Use regular expressions sparingly, as evaluating them for every word in the source files can be expensive. In addition to stoplist regular expressions, poterminology has precompiled patterns for C and Python format specifiers (e.g. %d) and XML/HTML <elements> and &entities; – these are removed before stoplist processing and it is not possible to override this.

Stoplist words

All other lines should begin with one of the following characters, which indicate whether the word should be ignored (as a word alone), disregarded in a phrase (i.e. a phrase containing it is allowed, and the word does not count against the --term-words length limit), or any phrase containing it should be excluded.

  • + allow word alone, allow phrases containing it

  • : allow word alone, disregarded (for --term-word-length) inside phrase

  • < allow word alone, but exclude any phrase containing it

  • = ignore word alone, but allow phrases containing it

  • > ignore word alone, disregarded (for --term-word-length) inside phrase

  • @ ignore word alone, and exclude any phrase containing it

Generally ‘+’ is only needed for exceptions to regular expression patterns, but it may also be used to override an entry in a previous stoplist if you are using multiple stoplists.

Note that if a word appears multiple times in a stoplist file with different function characters preceding it, the last entry will take precedence over the others. This is the only exception to the general rule that order is not important in stopword files.

Default file example

# apply title-case folding to words before comparing with this stoplist
!F

The fold-titlecase setting is the default, even if it were not explicitly specified. This allows capitalized words at the start of a sentence (e.g. “Who”) to match a stopword “who” but allows acronyms like WHO (World Health Organization) to be included in the terminology. If you are using poterminology with source files that contain large amounts of ALL UPPERCASE TEXT you may find the ignore-case setting to be preferable.

# override regex match below for phrases with 'no'
+no

The regular expression /..? below would normally match the word ‘no’ and both ignore it as a term and exclude any phrases containing it. The above will allow it to appear as a term and in phrases.

# ignore all one or two-character words (unless =word appears below)
/..?
# ignore words with parenthesis, typically function() calls and the like
/.*\(.*
# ignore numbers, both cardinal (e.g. 1,234.0) and ordinal (e.g. 1st, 22nd)
/[0-9,.]+(st|nd|rd|th)?

These regular expressions ignore a lot of uninteresting terms that are typically code or other things that shouldn’t be translated anyhow. There are many exceptions to the one or two-character word pattern in the default stoplist file, not only with = like ‘=in’ but also ‘+no’ and ‘:on’ and ‘<ok’ and ‘>of’.
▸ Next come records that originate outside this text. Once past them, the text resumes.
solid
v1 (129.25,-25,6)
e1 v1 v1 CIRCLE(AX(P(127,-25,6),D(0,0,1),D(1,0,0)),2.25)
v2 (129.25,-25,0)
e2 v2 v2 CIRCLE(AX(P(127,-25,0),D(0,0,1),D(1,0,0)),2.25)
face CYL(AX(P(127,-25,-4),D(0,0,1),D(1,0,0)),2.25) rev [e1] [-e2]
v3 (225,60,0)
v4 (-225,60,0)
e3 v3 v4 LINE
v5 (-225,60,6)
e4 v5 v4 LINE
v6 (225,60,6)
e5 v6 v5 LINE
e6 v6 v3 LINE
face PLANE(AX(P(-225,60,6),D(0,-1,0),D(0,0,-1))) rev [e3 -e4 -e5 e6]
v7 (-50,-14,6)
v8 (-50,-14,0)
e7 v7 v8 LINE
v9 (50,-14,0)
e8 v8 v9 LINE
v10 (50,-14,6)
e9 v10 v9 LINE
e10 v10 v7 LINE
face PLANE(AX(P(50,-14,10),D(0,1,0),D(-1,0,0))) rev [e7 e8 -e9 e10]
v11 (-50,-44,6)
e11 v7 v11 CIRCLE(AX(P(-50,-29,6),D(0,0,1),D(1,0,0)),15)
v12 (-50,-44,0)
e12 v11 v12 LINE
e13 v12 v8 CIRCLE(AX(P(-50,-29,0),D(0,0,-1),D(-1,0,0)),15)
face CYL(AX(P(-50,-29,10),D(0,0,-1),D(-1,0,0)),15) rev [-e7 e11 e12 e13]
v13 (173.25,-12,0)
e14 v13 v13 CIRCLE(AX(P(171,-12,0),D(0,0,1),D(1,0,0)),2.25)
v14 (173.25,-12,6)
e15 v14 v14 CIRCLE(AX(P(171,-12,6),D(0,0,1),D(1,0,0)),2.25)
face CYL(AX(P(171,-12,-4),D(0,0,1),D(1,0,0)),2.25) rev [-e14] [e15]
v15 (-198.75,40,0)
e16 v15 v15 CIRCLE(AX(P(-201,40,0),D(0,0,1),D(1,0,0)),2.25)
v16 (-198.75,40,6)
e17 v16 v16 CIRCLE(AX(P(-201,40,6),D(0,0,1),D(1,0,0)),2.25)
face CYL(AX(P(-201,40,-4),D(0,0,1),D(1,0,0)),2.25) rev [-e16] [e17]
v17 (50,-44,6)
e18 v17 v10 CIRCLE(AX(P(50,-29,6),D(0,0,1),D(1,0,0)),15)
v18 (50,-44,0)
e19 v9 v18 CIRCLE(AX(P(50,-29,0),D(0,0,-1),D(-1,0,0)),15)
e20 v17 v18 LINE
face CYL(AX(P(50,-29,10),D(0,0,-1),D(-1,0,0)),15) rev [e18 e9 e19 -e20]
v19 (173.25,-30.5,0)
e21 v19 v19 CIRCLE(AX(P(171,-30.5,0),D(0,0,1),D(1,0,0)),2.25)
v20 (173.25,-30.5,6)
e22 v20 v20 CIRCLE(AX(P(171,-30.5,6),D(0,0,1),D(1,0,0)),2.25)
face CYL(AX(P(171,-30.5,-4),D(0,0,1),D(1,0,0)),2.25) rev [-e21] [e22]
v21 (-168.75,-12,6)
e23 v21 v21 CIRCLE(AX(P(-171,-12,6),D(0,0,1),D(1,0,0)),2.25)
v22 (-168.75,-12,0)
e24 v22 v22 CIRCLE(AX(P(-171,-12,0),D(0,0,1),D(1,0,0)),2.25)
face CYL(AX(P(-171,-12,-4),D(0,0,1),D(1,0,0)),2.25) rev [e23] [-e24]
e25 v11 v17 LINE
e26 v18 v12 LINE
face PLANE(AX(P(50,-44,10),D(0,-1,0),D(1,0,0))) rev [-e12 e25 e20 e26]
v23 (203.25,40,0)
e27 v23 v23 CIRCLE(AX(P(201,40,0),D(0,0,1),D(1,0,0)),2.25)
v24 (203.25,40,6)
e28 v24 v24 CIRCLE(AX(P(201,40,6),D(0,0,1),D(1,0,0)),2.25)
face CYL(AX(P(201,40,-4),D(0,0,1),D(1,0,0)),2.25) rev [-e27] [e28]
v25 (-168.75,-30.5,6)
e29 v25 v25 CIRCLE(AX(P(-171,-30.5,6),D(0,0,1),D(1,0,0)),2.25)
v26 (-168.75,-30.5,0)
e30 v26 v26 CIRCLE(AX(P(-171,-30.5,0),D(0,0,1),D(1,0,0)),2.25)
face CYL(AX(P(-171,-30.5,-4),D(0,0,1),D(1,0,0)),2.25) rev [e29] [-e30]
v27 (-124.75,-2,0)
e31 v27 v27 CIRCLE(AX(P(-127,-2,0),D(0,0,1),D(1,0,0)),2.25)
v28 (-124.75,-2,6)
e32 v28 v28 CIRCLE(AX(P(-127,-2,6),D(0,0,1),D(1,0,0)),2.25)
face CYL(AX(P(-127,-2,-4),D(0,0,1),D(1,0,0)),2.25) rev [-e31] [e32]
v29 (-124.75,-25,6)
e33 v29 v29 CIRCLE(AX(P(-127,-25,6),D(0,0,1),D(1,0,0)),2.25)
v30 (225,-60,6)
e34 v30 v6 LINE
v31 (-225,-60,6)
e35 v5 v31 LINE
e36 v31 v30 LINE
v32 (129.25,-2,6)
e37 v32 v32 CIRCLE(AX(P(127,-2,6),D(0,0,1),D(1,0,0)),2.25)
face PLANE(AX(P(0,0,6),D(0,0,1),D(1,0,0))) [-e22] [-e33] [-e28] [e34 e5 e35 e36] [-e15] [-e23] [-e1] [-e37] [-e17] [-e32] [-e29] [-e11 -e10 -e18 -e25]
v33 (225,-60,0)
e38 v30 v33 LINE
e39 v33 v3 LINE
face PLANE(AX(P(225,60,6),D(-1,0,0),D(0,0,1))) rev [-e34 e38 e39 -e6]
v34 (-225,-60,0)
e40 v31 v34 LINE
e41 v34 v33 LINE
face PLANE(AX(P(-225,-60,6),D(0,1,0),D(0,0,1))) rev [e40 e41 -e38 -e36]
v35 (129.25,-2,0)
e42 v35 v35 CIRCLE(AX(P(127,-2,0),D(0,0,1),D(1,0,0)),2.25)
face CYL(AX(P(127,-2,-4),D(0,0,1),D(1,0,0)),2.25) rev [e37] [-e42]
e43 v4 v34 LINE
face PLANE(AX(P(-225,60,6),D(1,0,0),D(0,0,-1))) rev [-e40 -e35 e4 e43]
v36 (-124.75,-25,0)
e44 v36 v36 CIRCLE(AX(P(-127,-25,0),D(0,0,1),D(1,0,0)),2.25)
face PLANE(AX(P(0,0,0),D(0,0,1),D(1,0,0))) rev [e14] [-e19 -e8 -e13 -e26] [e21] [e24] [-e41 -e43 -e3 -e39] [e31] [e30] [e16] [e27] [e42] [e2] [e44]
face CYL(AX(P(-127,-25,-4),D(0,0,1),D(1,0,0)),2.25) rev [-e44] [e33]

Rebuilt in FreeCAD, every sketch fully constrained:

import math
import FreeCAD as App
import Part
import Sketcher
from FreeCAD import Vector
Q = App.Units.Quantity

doc = App.newDocument("Part")
body = doc.addObject("PartDesign::Body", "Body")

# Sketch on XY plane
sketch1 = doc.addObject("Sketcher::SketchObject", "Sketch")
body.addObject(sketch1)
sketch1.AttachmentSupport = (doc.XY_Plane, [""])
sketch1.MapMode = "FlatFace"
sketch1.addGeometry([
    Part.LineSegment(Vector(-225, 60, 0), Vector(-225, -60, 0)),
    Part.LineSegment(Vector(-225, -60, 0), Vector(225, -60, 0)),
    Part.LineSegment(Vector(225, -60, 0), Vector(225, 60, 0)),
    Part.LineSegment(Vector(225, 60, 0), Vector(-225, 60, 0)),
], False)
sketch1.addConstraint([
    Sketcher.Constraint("Coincident", 0, 2, 1, 1),
    Sketcher.Constraint("Coincident", 1, 2, 2, 1),
    Sketcher.Constraint("Coincident", 2, 2, 3, 1),
    Sketcher.Constraint("Coincident", 3, 2, 0, 1),
    Sketcher.Constraint("Vertical", 0),
    Sketcher.Constraint("Horizontal", 1),
    Sketcher.Constraint("Vertical", 2),
    Sketcher.Constraint("Horizontal", 3),
    Sketcher.Constraint("Symmetric", 0, 2, 2, 2, -1, 1),
    Sketcher.Constraint("DistanceX", 1, 1, 1, 2, Q("450 mm")),
    Sketcher.Constraint("DistanceY", 0, 2, 0, 1, Q("120 mm")),
])
pad1 = doc.addObject("PartDesign::Pad", "Pad")
body.addObject(pad1)
pad1.Profile = sketch1
pad1.Length = 6

# Sketch on XY plane
sketch2 = doc.addObject("Sketcher::SketchObject", "Sketch001")
body.addObject(sketch2)
sketch2.AttachmentSupport = (doc.XY_Plane, [""])
sketch2.MapMode = "FlatFace"
sketch2.addGeometry([
    Part.LineSegment(Vector(-50, -14, 0), Vector(50, -14, 0)),
    Part.ArcOfCircle(Part.Circle(Vector(50, -29, 0), Vector(0, 0, 1), 15), math.radians(-90), math.radians(90)),
    Part.LineSegment(Vector(50, -44, 0), Vector(-50, -44, 0)),
    Part.ArcOfCircle(Part.Circle(Vector(-50, -29, 0), Vector(0, 0, 1), 15), math.radians(90), math.radians(270)),
], False)
sketch2.addConstraint([
    Sketcher.Constraint("Tangent", 0, 2, 1, 2),
    Sketcher.Constraint("Tangent", 1, 1, 2, 1),
    Sketcher.Constraint("Tangent", 2, 2, 3, 2),
    Sketcher.Constraint("Tangent", 3, 1, 0, 1),
    Sketcher.Constraint("Horizontal", 0),
    Sketcher.Constraint("Horizontal", 2),
    Sketcher.Constraint("Radius", 1, Q("15 mm")),
    Sketcher.Constraint("DistanceX", 0, 1, 0, 2, Q("100 mm")),
    Sketcher.Constraint("DistanceX", -1, 1, 1, 3, Q("50 mm")),
    Sketcher.Constraint("DistanceY", 1, 3, -1, 1, Q("29 mm")),
])
pocket1 = doc.addObject("PartDesign::Pocket", "Pocket")
body.addObject(pocket1)
pocket1.Profile = sketch2
pocket1.Length = 10
pocket1.Reversed = True

# Sketch on XY plane
sketch3 = doc.addObject("Sketcher::SketchObject", "Sketch002")
body.addObject(sketch3)
sketch3.AttachmentSupport = (doc.XY_Plane, [""])
sketch3.MapMode = "FlatFace"
sketch3.AttachmentOffset = App.Placement(Vector(0, 0, 6), App.Rotation())
sketch3.addGeometry([
    Part.Circle(Vector(-171, -12, 0), Vector(0, 0, 1), 2.2),  # 0
    Part.Circle(Vector(-171, -30.5, 0), Vector(0, 0, 1), 2.2),  # 1
    Part.Circle(Vector(171, -12, 0), Vector(0, 0, 1), 2.2),  # 2
    Part.Circle(Vector(171, -30.5, 0), Vector(0, 0, 1), 2.2),  # 3
    Part.Circle(Vector(201, 40, 0), Vector(0, 0, 1), 2.2),  # 4
    Part.Circle(Vector(-201, 40, 0), Vector(0, 0, 1), 2.2),  # 5
    Part.Circle(Vector(127, -2, 0), Vector(0, 0, 1), 2.2),  # 6
    Part.Circle(Vector(127, -25, 0), Vector(0, 0, 1), 2.2),  # 7
    Part.Circle(Vector(-127, -2, 0), Vector(0, 0, 1), 2.2),  # 8
    Part.Circle(Vector(-127, -25, 0), Vector(0, 0, 1), 2.2),  # 9
], False)
sketch3.addConstraint([
    Sketcher.Constraint("Equal", 0, 1),
    Sketcher.Constraint("Equal", 1, 2),
    Sketcher.Constraint("Equal", 2, 3),
    Sketcher.Constraint("Equal", 3, 4),
    Sketcher.Constraint("Equal", 4, 5),
    Sketcher.Constraint("Equal", 5, 6),
    Sketcher.Constraint("Equal", 6, 7),
    Sketcher.Constraint("Equal", 7, 8),
    Sketcher.Constraint("Equal", 8, 9),
    Sketcher.Constraint("Symmetric", 0, 3, 2, 3, -2),
    Sketcher.Constraint("Symmetric", 1, 3, 3, 3, -2),
    Sketcher.Constraint("Symmetric", 4, 3, 5, 3, -2),
    Sketcher.Constraint("Symmetric", 6, 3, 8, 3, -2),
    Sketcher.Constraint("Symmetric", 7, 3, 9, 3, -2),
    Sketcher.Constraint("Vertical", 0, 3, 1, 3),
    Sketcher.Constraint("Vertical", 6, 3, 7, 3),
    Sketcher.Constraint("Diameter", 0, Q("4.5 mm")),
    Sketcher.Constraint("DistanceX", 0, 3, -1, 1, Q("171 mm")),
    Sketcher.Constraint("DistanceY", 0, 3, -1, 1, Q("12 mm")),
    Sketcher.Constraint("DistanceX", -1, 1, 4, 3, Q("201 mm")),
    Sketcher.Constraint("DistanceY", -1, 1, 4, 3, Q("40 mm")),
    Sketcher.Constraint("DistanceX", -1, 1, 6, 3, Q("127 mm")),
    Sketcher.Constraint("DistanceY", 6, 3, -1, 1, Q("2 mm")),
    Sketcher.Constraint("DistanceY", 7, 3, -1, 1, Q("25 mm")),
    Sketcher.Constraint("DistanceY", 1, 3, -1, 1, Q("30.5 mm")),
])
pocket2 = doc.addObject("PartDesign::Pocket", "Pocket001")
body.addObject(pocket2)
pocket2.Profile = sketch3
pocket2.Length = 10

doc.recompute()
# allow these words by themselves and don't count against length for phrases
:off
:on

These prepositions are common as button text and thus useful to have as terms; they also form an important part of phrases so are disregarded for term word count to allow for slightly longer phrases including them.

# allow these words by themselves, but ignore any phrases containing them
<first
<hello
<last

These are words that are worth including in a terminology, as they are common in applications, but which aren’t generally part of idiomatic phrases.
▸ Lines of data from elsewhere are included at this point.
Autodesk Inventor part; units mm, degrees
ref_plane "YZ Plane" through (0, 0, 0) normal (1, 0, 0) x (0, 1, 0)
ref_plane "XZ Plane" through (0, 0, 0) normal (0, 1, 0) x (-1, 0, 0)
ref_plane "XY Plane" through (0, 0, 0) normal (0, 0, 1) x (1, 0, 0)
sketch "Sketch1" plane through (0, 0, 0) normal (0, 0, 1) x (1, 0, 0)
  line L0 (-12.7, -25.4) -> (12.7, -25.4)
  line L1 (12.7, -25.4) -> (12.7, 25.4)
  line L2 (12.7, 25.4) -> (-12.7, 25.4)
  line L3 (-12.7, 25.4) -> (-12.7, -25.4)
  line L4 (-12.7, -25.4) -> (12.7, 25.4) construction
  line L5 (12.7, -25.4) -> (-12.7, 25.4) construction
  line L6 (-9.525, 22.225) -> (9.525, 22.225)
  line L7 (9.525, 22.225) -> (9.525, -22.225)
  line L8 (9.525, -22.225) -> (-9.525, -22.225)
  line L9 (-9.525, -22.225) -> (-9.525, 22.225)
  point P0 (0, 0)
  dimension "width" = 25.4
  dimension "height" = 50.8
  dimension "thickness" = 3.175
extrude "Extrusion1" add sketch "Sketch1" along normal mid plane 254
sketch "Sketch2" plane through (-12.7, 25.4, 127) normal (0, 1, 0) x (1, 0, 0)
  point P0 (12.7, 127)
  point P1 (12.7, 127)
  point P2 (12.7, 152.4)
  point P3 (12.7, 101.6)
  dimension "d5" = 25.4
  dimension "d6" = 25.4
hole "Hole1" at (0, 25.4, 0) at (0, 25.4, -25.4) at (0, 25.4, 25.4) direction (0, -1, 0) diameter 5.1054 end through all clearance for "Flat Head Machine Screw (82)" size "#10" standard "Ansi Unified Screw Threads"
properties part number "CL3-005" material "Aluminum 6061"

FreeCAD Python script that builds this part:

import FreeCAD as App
import Part
import Sketcher
Q = App.Units.Quantity


def add_polygon(sketch, points):
    """Adds a closed chain of lines whose ends are joined by coincident constraints."""
    first, n = sketch.GeometryCount, len(points)
    for a, b in zip(points, points[1:] + points[:1]):
        sketch.addGeometry(Part.LineSegment(App.Vector(*a, 0), App.Vector(*b, 0)), False)
    for i in range(n):
        sketch.addConstraint(Sketcher.Constraint("Coincident", first + i, 2, first + (i + 1) % n, 1))

doc = App.newDocument("Part")
params = doc.addObject("Spreadsheet::Sheet", "Params")
for row, (alias, value) in enumerate([
    ("sketch1_width", "1 in"),
    ("sketch1_height", "2 in"),
    ("pad1_length", "10 in"),
    ("sketch2_diameter", "0.201 in"),
    ("hole_diameter", "0.201 in"),
], start=1):
    params.set(f"A{row}", alias)
    params.set(f"B{row}", "=" + value)
    params.setAlias(f"B{row}", alias)

body = doc.addObject("PartDesign::Body", "Body")

sketch1 = body.newObject("Sketcher::SketchObject", "Sketch")
sketch1.AttachmentSupport = (doc.getObject("XY_Plane"), [""])
sketch1.MapMode = "FlatFace"
add_polygon(sketch1, [(-12.7, 25.4), (-12.7, -25.4), (12.7, -25.4), (12.7, 25.4)])
add_polygon(sketch1, [(-9.525, -22.225), (-9.525, 22.225), (9.525, 22.225), (9.525, -22.225)])
sketch1.addConstraint([
    Sketcher.Constraint("Vertical", 0),
    Sketcher.Constraint("Horizontal", 1),
    Sketcher.Constraint("Vertical", 2),
    Sketcher.Constraint("Horizontal", 3),
    Sketcher.Constraint("Vertical", 4),
    Sketcher.Constraint("Horizontal", 5),
    Sketcher.Constraint("Vertical", 6),
    Sketcher.Constraint("Horizontal", 7),
    Sketcher.Constraint("Symmetric", 0, 2, 2, 2, -1, 1),
    Sketcher.Constraint("Symmetric", 4, 2, 6, 2, -1, 1),
    Sketcher.Constraint("DistanceX", 1, 1, 1, 2, Q("1 in")),
    Sketcher.Constraint("DistanceY", 0, 2, 0, 1, Q("2 in")),
    Sketcher.Constraint("DistanceX", 3, 2, 4, 2, Q("0.125 in")),
    Sketcher.Constraint("DistanceY", 4, 2, 3, 2, Q("0.125 in")),
])
sketch1.setExpression("Constraints[18]", "Params.sketch1_width")
sketch1.setExpression("Constraints[19]", "Params.sketch1_height")
pad1 = body.newObject("PartDesign::Pad", "Pad")
pad1.Profile = sketch1
pad1.setExpression("Length", "Params.pad1_length")
pad1.Midplane = True

sketch2 = body.newObject("Sketcher::SketchObject", "Sketch001")
sketch2.AttachmentSupport = (doc.getObject("XZ_Plane"), [""])
sketch2.MapMode = "FlatFace"
sketch2.AttachmentOffset = App.Placement(App.Vector(0, 0, -1 * 25.4), App.Rotation())
sketch2.addGeometry([
    Part.Circle(App.Vector(0, 0, 0), App.Vector(0, 0, 1), 2.5527),
    Part.Circle(App.Vector(0, -25.4, 0), App.Vector(0, 0, 1), 2.5527),
    Part.Circle(App.Vector(0, 25.4, 0), App.Vector(0, 0, 1), 2.5527),
], False)
sketch2.addConstraint([
    Sketcher.Constraint("Coincident", 0, 3, -1, 1),
    Sketcher.Constraint("Equal", 0, 1),
    Sketcher.Constraint("Equal", 1, 2),
    Sketcher.Constraint("Symmetric", 1, 3, 2, 3, -1, 1),
    Sketcher.Constraint("PointOnObject", 1, 3, -2),
    Sketcher.Constraint("Diameter", 0, Q("0.201 in")),
    Sketcher.Constraint("DistanceY", 1, 3, -1, 1, Q("1 in")),
])
sketch2.setExpression("Constraints[5]", "Params.sketch2_diameter")
doc.recompute()
hole = body.newObject("PartDesign::Hole", "Hole")
hole.Profile = sketch2
hole.ThreadType = "None"
hole.setExpression("Diameter", "Params.hole_diameter")
hole.DepthType = "ThroughAll"
hole.Reversed = True

doc.recompute()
# ignore these words by themselves, but allow phrases containing them
=able
=about
=actually
=ad
=as
=at

This is the largest category of stoplist words, and these are all just rather common words. The purpose of a terminology list is to provide specific translation suggestions for the harder words or phrases, not provide a general dictionary, so these words are not of interest by themselves, but may well be part of an interesting phrase.

# ignore these words by themselves, but allow phrases containing them,   and
# don't count against length for phrases
#
# (possible additions to this list for multi-lingual text: >di >el >le)
#
>a
>an
>and

These very common words aren’t of interest by themselves, but often form an important part of phrases so are disregarded for term word count to allow for slightly longer phrases including them.

# ignore these words and any phrases containing them
@ain't
@aint
@al
@are

These are “junk” words that are not only uninteresting by themselves, they generally do not contribute anything to the phrases containing them.